§ Provided entries

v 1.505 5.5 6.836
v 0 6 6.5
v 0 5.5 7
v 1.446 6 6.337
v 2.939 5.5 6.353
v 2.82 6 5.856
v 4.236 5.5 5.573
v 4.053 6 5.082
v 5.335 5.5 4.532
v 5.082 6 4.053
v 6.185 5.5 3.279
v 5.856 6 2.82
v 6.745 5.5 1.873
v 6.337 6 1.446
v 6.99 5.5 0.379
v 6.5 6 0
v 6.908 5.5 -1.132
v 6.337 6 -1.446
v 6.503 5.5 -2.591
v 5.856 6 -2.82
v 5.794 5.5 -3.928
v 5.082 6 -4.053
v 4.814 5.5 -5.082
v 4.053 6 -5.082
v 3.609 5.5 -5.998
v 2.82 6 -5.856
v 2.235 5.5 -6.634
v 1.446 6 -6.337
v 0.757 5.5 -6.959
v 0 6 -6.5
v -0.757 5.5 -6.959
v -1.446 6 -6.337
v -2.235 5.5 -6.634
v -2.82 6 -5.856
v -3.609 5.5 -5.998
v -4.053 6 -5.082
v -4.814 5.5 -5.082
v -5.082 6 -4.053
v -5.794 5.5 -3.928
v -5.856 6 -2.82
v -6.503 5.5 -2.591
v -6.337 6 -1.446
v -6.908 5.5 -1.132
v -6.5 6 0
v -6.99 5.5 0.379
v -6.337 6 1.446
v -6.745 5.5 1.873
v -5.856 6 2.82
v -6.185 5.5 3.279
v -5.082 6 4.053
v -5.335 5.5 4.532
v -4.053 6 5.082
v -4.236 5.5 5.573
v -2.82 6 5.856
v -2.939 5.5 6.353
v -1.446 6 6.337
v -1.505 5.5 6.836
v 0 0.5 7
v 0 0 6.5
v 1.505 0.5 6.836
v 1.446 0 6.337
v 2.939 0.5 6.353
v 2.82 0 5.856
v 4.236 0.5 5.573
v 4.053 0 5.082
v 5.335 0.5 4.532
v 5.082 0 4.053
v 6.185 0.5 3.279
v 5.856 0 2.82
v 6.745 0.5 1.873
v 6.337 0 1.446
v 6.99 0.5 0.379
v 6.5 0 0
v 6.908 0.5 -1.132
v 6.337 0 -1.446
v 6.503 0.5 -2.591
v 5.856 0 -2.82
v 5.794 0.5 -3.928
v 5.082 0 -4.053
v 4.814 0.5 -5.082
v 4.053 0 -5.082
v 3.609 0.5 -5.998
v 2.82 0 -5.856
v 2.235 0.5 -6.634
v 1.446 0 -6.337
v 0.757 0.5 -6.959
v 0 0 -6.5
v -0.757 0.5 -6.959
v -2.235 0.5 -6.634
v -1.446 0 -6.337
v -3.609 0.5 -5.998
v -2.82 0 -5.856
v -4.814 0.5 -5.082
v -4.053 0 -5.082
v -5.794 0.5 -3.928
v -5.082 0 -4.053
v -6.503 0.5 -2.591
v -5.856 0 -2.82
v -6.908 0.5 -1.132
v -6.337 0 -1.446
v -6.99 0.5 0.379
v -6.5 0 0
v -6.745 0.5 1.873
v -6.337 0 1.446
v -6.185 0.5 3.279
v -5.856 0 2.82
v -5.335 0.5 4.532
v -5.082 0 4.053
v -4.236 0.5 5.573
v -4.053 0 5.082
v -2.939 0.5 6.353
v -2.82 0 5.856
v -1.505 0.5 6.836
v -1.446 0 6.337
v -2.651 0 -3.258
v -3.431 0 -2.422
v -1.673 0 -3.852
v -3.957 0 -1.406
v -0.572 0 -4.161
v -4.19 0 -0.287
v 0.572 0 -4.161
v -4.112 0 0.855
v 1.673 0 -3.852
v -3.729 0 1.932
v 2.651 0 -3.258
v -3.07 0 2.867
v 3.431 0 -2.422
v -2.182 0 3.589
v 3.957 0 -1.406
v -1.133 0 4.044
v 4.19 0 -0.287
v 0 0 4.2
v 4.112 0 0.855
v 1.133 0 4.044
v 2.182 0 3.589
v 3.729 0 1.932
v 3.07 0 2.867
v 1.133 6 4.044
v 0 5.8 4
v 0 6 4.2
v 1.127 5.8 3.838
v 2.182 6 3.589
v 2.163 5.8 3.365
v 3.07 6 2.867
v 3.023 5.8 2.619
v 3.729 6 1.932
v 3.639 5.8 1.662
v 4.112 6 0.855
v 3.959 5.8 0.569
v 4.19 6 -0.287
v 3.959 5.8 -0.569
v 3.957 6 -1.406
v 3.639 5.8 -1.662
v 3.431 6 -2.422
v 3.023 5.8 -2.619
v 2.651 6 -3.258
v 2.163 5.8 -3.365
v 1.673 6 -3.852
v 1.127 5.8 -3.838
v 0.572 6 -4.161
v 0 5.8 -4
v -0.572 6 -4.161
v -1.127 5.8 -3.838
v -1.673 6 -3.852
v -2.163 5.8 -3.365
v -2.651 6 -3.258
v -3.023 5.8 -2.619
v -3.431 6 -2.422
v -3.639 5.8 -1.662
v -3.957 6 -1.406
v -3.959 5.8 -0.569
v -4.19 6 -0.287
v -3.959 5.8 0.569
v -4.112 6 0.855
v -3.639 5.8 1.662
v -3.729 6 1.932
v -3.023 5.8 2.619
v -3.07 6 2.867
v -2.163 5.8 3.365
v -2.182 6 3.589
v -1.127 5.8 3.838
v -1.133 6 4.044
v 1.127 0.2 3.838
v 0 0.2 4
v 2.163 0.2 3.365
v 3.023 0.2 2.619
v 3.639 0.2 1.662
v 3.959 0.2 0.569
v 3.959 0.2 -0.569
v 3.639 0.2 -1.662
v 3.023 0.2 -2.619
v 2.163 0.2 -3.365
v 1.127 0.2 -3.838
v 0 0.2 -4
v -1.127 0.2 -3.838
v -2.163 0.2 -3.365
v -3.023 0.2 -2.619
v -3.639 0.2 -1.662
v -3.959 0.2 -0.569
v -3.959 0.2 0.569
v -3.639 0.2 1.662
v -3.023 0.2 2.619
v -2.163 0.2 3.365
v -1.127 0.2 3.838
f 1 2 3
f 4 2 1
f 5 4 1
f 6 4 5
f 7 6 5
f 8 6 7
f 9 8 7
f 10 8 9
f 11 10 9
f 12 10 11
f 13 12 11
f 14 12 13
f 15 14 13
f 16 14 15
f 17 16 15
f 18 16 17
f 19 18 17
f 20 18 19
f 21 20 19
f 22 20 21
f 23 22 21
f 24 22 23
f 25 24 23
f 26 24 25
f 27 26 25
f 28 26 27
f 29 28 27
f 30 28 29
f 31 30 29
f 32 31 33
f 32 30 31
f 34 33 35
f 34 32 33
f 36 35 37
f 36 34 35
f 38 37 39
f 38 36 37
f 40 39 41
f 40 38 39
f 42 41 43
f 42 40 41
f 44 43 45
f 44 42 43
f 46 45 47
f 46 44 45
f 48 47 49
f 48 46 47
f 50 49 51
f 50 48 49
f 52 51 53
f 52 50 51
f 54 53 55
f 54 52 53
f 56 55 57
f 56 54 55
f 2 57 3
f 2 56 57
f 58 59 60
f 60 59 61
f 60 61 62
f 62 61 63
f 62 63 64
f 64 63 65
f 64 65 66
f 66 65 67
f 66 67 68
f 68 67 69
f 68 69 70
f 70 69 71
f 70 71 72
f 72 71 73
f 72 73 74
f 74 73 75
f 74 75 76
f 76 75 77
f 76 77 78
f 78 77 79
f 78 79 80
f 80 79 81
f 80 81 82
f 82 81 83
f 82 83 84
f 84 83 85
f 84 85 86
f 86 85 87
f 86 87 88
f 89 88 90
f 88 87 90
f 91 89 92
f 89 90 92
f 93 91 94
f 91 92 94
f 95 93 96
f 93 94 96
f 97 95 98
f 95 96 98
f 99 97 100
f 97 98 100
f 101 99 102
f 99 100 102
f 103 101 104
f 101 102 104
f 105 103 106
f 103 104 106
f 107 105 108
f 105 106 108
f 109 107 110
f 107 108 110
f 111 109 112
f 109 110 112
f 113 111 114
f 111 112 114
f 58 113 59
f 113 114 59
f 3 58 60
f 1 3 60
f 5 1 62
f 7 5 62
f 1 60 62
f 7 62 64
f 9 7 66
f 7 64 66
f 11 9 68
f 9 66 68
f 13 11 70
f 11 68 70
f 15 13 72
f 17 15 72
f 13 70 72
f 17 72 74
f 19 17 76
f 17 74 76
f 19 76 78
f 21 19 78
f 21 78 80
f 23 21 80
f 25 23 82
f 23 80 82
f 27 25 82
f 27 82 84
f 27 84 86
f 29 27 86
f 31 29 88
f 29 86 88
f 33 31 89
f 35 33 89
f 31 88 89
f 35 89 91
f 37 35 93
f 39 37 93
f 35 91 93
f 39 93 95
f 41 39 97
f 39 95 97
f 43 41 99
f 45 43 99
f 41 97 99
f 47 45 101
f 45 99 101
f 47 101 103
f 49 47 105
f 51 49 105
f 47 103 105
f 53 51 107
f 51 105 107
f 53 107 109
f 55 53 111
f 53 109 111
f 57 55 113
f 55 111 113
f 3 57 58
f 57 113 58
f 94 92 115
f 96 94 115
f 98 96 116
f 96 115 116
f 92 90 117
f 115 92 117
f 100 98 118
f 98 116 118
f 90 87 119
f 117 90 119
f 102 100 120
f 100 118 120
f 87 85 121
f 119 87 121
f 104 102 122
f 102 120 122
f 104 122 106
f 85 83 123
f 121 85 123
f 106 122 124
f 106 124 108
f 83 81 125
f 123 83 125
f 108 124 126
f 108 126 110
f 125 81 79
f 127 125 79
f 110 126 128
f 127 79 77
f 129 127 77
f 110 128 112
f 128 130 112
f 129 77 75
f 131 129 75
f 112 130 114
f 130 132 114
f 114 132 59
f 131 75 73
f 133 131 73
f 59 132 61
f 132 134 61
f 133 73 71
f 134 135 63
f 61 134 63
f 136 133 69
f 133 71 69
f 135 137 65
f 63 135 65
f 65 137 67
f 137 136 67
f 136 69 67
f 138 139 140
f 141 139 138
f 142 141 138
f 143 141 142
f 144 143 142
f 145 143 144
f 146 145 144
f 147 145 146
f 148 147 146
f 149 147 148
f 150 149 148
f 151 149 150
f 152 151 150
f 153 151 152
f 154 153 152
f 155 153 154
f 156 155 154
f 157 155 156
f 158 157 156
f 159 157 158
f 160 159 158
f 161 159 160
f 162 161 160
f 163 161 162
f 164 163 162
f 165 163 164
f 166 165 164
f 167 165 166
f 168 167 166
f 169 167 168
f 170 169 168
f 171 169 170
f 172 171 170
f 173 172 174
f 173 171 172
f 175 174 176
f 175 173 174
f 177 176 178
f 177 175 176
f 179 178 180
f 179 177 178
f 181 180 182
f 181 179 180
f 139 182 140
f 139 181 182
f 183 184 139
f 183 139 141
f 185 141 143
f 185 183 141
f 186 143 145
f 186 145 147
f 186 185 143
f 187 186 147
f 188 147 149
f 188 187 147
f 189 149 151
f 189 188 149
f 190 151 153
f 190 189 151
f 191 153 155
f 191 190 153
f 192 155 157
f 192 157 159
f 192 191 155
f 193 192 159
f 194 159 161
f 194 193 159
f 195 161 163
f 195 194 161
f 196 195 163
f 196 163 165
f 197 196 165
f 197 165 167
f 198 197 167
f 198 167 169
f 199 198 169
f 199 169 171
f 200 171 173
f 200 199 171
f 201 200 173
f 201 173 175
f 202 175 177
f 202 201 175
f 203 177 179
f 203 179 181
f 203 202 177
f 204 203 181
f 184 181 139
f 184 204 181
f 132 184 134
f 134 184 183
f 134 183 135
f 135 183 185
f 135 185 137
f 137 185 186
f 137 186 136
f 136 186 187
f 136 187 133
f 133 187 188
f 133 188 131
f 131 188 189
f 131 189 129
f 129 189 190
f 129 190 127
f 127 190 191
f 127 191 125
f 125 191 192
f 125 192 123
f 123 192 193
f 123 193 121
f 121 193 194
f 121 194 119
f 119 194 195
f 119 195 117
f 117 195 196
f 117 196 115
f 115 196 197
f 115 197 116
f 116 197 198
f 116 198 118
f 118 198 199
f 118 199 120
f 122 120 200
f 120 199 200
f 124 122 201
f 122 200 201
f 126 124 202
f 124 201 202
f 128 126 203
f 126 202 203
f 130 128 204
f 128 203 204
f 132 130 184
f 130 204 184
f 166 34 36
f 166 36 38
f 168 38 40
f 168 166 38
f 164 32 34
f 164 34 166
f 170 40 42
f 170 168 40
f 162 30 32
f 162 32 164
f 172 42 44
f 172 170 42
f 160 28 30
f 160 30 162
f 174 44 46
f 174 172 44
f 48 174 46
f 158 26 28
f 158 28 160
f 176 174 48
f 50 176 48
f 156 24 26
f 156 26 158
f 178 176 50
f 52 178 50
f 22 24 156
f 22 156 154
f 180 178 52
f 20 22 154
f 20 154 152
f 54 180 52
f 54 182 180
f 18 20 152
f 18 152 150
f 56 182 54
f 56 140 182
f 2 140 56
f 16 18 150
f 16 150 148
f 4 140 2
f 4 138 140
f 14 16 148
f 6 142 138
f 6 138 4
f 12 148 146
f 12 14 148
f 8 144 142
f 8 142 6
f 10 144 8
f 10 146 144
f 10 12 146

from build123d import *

# Parameters (mm, degrees)
SKETCH1_R           = 7
SKETCH1_R_2         = 4
BOSS_EXTRUDE1_DEPTH = 6
CHAMFER1_SIZE       = 0.5
CHAMFER2_SIZE       = 0.2


with BuildPart() as part:
    # Sketch1 → Boss-Extrude1 (new body)
    with BuildSketch(Plane(origin=(0, 0, 0), x_dir=(1, 0, 0), z_dir=(0, 1, 0))):
        with Locations(Location((0, 0, 0), (0, 0, 270))):
            Circle(SKETCH1_R)
        with Locations(Location((0, 0, 0), (0, 0, 270))):
            Circle(SKETCH1_R_2, mode=Mode.SUBTRACT)
    extrude(amount=BOSS_EXTRUDE1_DEPTH)

    # Chamfer1
    chamfer1_edges = [part.edges().sort_by_distance(p)[0] for p in [
        (0, 0, -7),
        (0, 6, -7),
    ]]
    chamfer(chamfer1_edges, length=CHAMFER1_SIZE)

    # Chamfer2
    chamfer2_edges = [part.edges().sort_by_distance(p)[0] for p in [
        (0, 0, -4),
        (0, 6, -4),
    ]]
    chamfer(chamfer2_edges, length=CHAMFER2_SIZE)


solid = part.part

§ Your objective
Please reply with an exact copy of the lines above, starting at the first and ending at the line that holds "v -6.503 0.5 -2.591".

§ Response to the task
v 1.505 5.5 6.836
v 0 6 6.5
v 0 5.5 7
v 1.446 6 6.337
v 2.939 5.5 6.353
v 2.82 6 5.856
v 4.236 5.5 5.573
v 4.053 6 5.082
v 5.335 5.5 4.532
v 5.082 6 4.053
v 6.185 5.5 3.279
v 5.856 6 2.82
v 6.745 5.5 1.873
v 6.337 6 1.446
v 6.99 5.5 0.379
v 6.5 6 0
v 6.908 5.5 -1.132
v 6.337 6 -1.446
v 6.503 5.5 -2.591
v 5.856 6 -2.82
v 5.794 5.5 -3.928
v 5.082 6 -4.053
v 4.814 5.5 -5.082
v 4.053 6 -5.082
v 3.609 5.5 -5.998
v 2.82 6 -5.856
v 2.235 5.5 -6.634
v 1.446 6 -6.337
v 0.757 5.5 -6.959
v 0 6 -6.5
v -0.757 5.5 -6.959
v -1.446 6 -6.337
v -2.235 5.5 -6.634
v -2.82 6 -5.856
v -3.609 5.5 -5.998
v -4.053 6 -5.082
v -4.814 5.5 -5.082
v -5.082 6 -4.053
v -5.794 5.5 -3.928
v -5.856 6 -2.82
v -6.503 5.5 -2.591
v -6.337 6 -1.446
v -6.908 5.5 -1.132
v -6.5 6 0
v -6.99 5.5 0.379
v -6.337 6 1.446
v -6.745 5.5 1.873
v -5.856 6 2.82
v -6.185 5.5 3.279
v -5.082 6 4.053
v -5.335 5.5 4.532
v -4.053 6 5.082
v -4.236 5.5 5.573
v -2.82 6 5.856
v -2.939 5.5 6.353
v -1.446 6 6.337
v -1.505 5.5 6.836
v 0 0.5 7
v 0 0 6.5
v 1.505 0.5 6.836
v 1.446 0 6.337
v 2.939 0.5 6.353
v 2.82 0 5.856
v 4.236 0.5 5.573
v 4.053 0 5.082
v 5.335 0.5 4.532
v 5.082 0 4.053
v 6.185 0.5 3.279
v 5.856 0 2.82
v 6.745 0.5 1.873
v 6.337 0 1.446
v 6.99 0.5 0.379
v 6.5 0 0
v 6.908 0.5 -1.132
v 6.337 0 -1.446
v 6.503 0.5 -2.591
v 5.856 0 -2.82
v 5.794 0.5 -3.928
v 5.082 0 -4.053
v 4.814 0.5 -5.082
v 4.053 0 -5.082
v 3.609 0.5 -5.998
v 2.82 0 -5.856
v 2.235 0.5 -6.634
v 1.446 0 -6.337
v 0.757 0.5 -6.959
v 0 0 -6.5
v -0.757 0.5 -6.959
v -2.235 0.5 -6.634
v -1.446 0 -6.337
v -3.609 0.5 -5.998
v -2.82 0 -5.856
v -4.814 0.5 -5.082
v -4.053 0 -5.082
v -5.794 0.5 -3.928
v -5.082 0 -4.053
v -6.503 0.5 -2.591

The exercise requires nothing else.